◆ WHAT IS BEING ASKED ◆
Find the line with "v -30 -51.6 6.5" and the line with "v -14.65 39.2 5.6" in the entries below; output exactly those two lines, every line between them, and no others.

:: SUPPLIED MATERIAL

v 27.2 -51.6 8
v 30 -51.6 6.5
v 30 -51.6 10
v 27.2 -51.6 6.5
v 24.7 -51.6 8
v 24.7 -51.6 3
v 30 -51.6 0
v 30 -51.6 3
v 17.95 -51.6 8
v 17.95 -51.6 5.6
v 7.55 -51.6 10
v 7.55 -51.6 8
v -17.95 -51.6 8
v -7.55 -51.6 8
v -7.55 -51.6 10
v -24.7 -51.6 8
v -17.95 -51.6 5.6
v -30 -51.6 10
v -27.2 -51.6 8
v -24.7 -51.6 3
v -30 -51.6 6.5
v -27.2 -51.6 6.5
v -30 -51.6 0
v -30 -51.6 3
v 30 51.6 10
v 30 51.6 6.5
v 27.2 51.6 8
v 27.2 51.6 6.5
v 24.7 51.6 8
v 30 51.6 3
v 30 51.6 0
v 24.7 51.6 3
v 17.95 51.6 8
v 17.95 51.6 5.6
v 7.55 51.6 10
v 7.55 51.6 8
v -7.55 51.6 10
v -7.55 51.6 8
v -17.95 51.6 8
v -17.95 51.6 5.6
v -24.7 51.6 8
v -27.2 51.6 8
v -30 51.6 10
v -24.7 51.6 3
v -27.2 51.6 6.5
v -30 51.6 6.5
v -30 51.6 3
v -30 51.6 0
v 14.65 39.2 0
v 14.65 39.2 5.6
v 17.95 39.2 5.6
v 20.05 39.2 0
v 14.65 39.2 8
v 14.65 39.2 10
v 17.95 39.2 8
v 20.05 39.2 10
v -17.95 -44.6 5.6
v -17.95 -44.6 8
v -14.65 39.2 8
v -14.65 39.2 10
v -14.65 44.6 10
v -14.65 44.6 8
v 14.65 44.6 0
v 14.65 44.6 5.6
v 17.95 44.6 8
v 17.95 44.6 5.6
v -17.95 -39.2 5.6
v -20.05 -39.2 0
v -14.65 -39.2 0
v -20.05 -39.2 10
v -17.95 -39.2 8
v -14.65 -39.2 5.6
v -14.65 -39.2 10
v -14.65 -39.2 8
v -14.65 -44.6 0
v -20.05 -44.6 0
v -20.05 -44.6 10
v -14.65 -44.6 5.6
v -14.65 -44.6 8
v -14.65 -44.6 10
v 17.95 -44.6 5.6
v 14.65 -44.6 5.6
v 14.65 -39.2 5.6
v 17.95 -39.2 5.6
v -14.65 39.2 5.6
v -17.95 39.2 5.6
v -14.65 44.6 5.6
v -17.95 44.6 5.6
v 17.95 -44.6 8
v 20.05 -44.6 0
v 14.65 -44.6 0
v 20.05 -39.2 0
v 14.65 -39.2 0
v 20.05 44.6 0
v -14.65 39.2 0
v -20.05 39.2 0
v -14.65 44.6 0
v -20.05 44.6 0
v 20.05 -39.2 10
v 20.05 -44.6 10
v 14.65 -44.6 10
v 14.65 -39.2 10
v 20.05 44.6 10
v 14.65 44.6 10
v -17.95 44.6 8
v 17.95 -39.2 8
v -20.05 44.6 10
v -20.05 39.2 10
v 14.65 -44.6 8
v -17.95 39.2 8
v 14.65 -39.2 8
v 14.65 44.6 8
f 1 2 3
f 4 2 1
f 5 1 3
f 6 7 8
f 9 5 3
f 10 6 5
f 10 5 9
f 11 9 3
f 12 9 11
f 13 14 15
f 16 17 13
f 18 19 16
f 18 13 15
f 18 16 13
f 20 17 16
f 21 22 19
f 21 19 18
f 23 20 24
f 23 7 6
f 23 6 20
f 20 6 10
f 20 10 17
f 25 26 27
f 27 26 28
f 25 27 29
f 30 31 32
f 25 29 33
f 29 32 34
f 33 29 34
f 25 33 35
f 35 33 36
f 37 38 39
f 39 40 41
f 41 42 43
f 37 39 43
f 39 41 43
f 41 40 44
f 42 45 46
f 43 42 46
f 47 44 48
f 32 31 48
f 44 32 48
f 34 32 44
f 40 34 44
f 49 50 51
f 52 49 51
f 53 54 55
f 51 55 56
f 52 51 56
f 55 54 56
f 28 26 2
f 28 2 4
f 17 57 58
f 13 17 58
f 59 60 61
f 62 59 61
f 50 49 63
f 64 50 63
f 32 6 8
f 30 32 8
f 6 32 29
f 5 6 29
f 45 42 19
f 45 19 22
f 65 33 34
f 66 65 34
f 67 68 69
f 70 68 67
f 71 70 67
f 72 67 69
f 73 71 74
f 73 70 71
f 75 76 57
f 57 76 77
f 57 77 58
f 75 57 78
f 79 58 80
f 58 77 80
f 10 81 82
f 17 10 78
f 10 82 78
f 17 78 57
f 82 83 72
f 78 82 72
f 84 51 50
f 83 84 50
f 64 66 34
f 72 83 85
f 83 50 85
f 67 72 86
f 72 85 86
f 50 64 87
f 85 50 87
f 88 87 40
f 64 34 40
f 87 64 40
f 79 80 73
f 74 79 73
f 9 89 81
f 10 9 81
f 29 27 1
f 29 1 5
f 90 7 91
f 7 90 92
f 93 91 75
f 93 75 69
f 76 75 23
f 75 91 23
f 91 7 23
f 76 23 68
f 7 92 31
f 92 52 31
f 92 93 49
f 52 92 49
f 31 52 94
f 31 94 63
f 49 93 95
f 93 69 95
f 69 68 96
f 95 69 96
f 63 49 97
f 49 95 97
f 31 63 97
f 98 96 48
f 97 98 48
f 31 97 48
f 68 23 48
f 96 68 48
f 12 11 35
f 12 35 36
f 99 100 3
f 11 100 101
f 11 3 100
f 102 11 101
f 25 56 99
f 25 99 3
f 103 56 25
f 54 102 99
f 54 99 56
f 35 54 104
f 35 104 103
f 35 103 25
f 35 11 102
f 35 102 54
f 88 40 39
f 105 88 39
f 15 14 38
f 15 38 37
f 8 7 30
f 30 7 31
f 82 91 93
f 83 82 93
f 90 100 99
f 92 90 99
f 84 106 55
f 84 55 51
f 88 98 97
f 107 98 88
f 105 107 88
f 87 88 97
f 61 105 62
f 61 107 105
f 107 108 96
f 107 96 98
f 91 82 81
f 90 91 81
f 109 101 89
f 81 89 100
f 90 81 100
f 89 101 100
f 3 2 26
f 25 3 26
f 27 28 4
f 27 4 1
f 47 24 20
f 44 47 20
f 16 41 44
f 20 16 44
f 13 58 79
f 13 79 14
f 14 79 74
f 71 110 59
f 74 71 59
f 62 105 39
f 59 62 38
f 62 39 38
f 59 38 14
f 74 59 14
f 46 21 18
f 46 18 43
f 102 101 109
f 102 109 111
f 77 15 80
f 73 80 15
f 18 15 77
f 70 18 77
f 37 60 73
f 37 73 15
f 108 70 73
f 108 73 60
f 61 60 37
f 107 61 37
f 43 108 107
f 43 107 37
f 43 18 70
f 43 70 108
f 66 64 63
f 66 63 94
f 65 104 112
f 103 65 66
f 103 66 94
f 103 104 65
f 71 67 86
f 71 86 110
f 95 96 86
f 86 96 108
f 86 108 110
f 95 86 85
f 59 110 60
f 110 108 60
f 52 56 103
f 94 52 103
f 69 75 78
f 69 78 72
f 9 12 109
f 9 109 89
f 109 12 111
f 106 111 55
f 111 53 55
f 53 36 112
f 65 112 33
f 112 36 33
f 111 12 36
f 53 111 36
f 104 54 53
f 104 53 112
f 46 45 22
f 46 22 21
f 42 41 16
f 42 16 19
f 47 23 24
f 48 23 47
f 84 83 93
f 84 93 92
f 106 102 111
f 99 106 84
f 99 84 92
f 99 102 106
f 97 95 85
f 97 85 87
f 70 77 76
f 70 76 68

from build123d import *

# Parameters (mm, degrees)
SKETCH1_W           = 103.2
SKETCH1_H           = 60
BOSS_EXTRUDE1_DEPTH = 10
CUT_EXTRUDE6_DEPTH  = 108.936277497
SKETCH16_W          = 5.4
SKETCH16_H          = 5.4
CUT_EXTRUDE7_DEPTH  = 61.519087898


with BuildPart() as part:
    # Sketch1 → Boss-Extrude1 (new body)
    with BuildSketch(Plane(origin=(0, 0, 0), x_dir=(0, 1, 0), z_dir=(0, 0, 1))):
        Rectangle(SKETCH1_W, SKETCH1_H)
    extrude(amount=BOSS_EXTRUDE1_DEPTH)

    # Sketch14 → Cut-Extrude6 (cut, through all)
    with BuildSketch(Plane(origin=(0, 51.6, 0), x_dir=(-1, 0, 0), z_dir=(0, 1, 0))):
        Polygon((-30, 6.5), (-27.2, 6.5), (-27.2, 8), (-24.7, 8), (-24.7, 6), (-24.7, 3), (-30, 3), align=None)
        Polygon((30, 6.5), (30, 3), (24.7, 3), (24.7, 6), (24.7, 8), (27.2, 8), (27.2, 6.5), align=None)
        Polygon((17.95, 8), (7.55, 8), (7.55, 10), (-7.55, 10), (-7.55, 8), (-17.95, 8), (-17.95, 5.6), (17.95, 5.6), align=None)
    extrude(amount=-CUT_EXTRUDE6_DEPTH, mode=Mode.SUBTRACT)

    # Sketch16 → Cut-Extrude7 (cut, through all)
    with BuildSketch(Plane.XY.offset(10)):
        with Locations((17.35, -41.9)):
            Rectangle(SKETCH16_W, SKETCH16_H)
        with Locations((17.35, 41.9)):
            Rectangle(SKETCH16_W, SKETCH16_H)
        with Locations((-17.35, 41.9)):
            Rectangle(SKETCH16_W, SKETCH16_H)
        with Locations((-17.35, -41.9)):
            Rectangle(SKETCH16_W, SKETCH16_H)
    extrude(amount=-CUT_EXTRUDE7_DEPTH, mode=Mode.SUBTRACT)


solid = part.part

::::

◆ WRITTEN SOLUTION ◆
v -30 -51.6 6.5
v -27.2 -51.6 6.5
v -30 -51.6 0
v -30 -51.6 3
v 30 51.6 10
v 30 51.6 6.5
v 27.2 51.6 8
v 27.2 51.6 6.5
v 24.7 51.6 8
v 30 51.6 3
v 30 51.6 0
v 24.7 51.6 3
v 17.95 51.6 8
v 17.95 51.6 5.6
v 7.55 51.6 10
v 7.55 51.6 8
v -7.55 51.6 10
v -7.55 51.6 8
v -17.95 51.6 8
v -17.95 51.6 5.6
v -24.7 51.6 8
v -27.2 51.6 8
v -30 51.6 10
v -24.7 51.6 3
v -27.2 51.6 6.5
v -30 51.6 6.5
v -30 51.6 3
v -30 51.6 0
v 14.65 39.2 0
v 14.65 39.2 5.6
v 17.95 39.2 5.6
v 20.05 39.2 0
v 14.65 39.2 8
v 14.65 39.2 10
v 17.95 39.2 8
v 20.05 39.2 10
v -17.95 -44.6 5.6
v -17.95 -44.6 8
v -14.65 39.2 8
v -14.65 39.2 10
v -14.65 44.6 10
v -14.65 44.6 8
v 14.65 44.6 0
v 14.65 44.6 5.6
v 17.95 44.6 8
v 17.95 44.6 5.6
v -17.95 -39.2 5.6
v -20.05 -39.2 0
v -14.65 -39.2 0
v -20.05 -39.2 10
v -17.95 -39.2 8
v -14.65 -39.2 5.6
v -14.65 -39.2 10
v -14.65 -39.2 8
v -14.65 -44.6 0
v -20.05 -44.6 0
v -20.05 -44.6 10
v -14.65 -44.6 5.6
v -14.65 -44.6 8
v -14.65 -44.6 10
v 17.95 -44.6 5.6
v 14.65 -44.6 5.6
v 14.65 -39.2 5.6
v 17.95 -39.2 5.6
v -14.65 39.2 5.6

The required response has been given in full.